Dataset entries
────────────────

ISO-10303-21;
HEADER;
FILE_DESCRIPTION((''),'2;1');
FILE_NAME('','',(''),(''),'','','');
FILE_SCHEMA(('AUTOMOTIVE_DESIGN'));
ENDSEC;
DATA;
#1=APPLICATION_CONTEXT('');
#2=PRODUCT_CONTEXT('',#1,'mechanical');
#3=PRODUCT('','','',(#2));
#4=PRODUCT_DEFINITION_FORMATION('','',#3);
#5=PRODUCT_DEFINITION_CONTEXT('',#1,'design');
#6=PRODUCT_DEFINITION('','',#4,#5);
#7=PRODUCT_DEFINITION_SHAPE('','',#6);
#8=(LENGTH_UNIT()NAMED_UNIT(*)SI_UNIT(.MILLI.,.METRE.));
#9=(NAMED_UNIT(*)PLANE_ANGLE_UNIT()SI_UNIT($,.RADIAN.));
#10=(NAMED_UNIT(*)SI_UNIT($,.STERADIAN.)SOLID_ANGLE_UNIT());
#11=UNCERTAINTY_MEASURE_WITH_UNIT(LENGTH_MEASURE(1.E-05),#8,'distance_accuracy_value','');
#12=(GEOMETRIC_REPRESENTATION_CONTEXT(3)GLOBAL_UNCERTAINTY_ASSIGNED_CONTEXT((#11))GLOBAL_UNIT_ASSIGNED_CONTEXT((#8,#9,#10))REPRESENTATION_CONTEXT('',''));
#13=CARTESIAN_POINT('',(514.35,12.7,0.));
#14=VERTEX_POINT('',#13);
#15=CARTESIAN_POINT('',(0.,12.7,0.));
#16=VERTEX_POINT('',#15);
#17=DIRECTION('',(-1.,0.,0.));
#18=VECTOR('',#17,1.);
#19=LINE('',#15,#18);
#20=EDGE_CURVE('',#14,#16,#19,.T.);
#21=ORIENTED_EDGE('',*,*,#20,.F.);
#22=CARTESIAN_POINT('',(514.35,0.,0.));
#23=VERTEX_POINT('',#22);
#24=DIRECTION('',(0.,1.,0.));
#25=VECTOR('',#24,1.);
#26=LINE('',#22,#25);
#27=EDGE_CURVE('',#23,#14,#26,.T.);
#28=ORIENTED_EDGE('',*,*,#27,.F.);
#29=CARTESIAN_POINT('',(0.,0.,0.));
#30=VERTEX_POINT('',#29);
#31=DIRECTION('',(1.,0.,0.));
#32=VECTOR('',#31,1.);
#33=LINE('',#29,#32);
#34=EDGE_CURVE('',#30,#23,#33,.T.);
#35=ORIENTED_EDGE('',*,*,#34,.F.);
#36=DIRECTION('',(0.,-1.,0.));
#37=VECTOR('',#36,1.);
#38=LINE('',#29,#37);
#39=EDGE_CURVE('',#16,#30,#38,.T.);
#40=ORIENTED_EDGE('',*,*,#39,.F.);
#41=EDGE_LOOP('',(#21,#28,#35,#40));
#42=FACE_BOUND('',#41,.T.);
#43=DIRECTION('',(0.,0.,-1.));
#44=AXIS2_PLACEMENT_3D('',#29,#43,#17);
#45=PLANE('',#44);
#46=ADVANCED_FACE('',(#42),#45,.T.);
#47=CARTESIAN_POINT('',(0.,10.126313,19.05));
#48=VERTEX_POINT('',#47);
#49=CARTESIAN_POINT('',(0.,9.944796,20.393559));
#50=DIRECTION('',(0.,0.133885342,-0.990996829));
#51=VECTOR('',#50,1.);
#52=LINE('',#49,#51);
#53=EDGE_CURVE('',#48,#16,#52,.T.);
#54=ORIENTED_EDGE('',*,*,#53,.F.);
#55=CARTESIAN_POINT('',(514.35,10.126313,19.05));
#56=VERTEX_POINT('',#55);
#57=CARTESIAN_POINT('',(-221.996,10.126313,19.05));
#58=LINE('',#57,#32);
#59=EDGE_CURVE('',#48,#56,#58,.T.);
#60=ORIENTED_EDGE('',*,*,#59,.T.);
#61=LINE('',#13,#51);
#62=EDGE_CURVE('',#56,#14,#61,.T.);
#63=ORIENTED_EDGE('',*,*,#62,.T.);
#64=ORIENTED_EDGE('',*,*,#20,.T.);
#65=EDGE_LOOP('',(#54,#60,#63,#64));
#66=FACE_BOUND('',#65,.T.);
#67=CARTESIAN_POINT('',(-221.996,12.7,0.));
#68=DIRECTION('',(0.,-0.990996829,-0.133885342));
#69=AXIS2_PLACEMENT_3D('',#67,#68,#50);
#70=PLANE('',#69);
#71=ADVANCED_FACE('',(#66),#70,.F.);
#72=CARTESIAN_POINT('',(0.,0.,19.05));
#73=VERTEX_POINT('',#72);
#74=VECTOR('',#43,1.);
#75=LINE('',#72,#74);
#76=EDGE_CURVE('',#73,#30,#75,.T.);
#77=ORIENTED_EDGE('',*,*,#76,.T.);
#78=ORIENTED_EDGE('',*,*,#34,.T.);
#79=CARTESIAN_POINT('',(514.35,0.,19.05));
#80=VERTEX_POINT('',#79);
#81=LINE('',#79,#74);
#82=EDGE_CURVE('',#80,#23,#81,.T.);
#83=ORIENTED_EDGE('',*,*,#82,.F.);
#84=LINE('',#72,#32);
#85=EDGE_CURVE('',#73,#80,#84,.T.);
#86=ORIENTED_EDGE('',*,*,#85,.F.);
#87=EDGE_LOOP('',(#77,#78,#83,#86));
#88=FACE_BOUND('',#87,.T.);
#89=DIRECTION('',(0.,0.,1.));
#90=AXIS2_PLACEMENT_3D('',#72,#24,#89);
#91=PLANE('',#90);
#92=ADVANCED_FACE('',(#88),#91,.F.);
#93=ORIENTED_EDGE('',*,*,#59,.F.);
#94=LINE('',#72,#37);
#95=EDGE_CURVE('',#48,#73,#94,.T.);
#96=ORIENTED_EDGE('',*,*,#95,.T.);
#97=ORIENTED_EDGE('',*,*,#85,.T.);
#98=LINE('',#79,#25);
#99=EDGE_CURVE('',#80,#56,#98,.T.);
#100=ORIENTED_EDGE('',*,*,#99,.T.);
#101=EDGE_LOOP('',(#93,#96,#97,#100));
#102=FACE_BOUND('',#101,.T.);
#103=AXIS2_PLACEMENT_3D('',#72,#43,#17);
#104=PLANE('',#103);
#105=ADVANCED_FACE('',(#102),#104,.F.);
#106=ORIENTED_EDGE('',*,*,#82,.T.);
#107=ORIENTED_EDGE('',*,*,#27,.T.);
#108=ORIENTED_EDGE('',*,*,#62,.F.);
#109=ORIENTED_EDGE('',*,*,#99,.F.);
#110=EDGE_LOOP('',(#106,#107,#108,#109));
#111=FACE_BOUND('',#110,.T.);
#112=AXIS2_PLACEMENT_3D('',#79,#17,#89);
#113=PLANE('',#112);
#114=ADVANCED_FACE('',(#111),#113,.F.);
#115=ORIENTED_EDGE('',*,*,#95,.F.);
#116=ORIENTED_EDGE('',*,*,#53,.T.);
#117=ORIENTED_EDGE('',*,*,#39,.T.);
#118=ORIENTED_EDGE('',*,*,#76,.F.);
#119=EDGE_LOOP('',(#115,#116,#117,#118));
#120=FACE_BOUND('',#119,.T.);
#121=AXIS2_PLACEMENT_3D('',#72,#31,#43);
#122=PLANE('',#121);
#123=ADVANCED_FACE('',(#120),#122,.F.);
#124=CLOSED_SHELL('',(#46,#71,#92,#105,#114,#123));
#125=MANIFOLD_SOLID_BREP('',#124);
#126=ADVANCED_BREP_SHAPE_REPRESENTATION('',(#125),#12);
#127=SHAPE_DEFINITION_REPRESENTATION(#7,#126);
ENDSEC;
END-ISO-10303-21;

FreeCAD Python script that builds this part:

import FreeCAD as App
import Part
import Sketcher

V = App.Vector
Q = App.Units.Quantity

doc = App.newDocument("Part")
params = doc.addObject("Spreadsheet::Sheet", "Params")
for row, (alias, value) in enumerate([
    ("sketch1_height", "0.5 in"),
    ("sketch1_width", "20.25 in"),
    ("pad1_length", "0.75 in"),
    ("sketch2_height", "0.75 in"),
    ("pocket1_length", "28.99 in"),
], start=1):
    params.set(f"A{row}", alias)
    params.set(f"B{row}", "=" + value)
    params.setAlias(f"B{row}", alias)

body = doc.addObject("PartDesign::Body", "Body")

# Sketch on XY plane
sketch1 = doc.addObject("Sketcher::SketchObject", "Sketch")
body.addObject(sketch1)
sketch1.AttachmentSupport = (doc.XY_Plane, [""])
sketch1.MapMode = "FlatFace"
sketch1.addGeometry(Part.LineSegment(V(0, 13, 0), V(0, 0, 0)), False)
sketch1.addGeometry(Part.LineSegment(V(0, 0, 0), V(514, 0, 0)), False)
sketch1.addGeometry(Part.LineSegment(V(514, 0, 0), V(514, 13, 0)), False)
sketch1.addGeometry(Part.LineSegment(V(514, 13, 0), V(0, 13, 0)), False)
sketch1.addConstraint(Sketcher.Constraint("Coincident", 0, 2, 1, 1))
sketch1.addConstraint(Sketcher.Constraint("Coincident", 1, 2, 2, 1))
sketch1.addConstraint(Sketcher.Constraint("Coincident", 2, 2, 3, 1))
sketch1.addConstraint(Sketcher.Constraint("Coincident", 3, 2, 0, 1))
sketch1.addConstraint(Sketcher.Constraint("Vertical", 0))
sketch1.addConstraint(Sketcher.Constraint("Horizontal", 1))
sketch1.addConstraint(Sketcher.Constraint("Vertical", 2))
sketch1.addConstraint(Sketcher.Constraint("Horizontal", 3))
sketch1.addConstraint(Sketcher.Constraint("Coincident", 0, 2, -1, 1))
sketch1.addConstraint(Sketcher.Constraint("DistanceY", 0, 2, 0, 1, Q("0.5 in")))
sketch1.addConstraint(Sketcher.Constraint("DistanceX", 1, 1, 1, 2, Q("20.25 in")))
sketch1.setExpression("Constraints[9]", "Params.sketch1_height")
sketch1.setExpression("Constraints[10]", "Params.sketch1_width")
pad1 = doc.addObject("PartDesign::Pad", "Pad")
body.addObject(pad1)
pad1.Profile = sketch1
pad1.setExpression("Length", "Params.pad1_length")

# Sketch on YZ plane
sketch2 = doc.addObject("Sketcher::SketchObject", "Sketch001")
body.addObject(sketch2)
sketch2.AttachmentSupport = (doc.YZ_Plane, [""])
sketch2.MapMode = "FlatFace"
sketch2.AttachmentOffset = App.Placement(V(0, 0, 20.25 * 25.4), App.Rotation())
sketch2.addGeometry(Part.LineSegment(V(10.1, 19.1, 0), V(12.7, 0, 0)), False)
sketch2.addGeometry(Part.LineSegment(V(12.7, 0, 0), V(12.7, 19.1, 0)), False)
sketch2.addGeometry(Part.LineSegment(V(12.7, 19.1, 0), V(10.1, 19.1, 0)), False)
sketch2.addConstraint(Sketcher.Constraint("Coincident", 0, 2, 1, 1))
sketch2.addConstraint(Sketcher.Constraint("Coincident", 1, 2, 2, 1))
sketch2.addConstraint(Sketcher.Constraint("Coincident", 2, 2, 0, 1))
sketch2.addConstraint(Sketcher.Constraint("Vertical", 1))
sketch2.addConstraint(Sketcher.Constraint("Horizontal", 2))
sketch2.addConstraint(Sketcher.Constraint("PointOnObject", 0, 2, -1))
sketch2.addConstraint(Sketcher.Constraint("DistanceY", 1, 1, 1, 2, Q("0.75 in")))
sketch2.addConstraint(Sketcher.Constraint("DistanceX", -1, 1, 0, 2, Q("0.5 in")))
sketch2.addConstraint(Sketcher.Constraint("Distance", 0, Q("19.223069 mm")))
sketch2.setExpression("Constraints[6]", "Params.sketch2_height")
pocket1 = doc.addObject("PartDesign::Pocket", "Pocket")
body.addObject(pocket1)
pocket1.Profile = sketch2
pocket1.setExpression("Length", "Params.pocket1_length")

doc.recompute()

────────────────

PROBLEM DESCRIPTION: Say how many lines of the data above include the word "DIRECTION", and add nothing further.

COMPLETED TASK: 8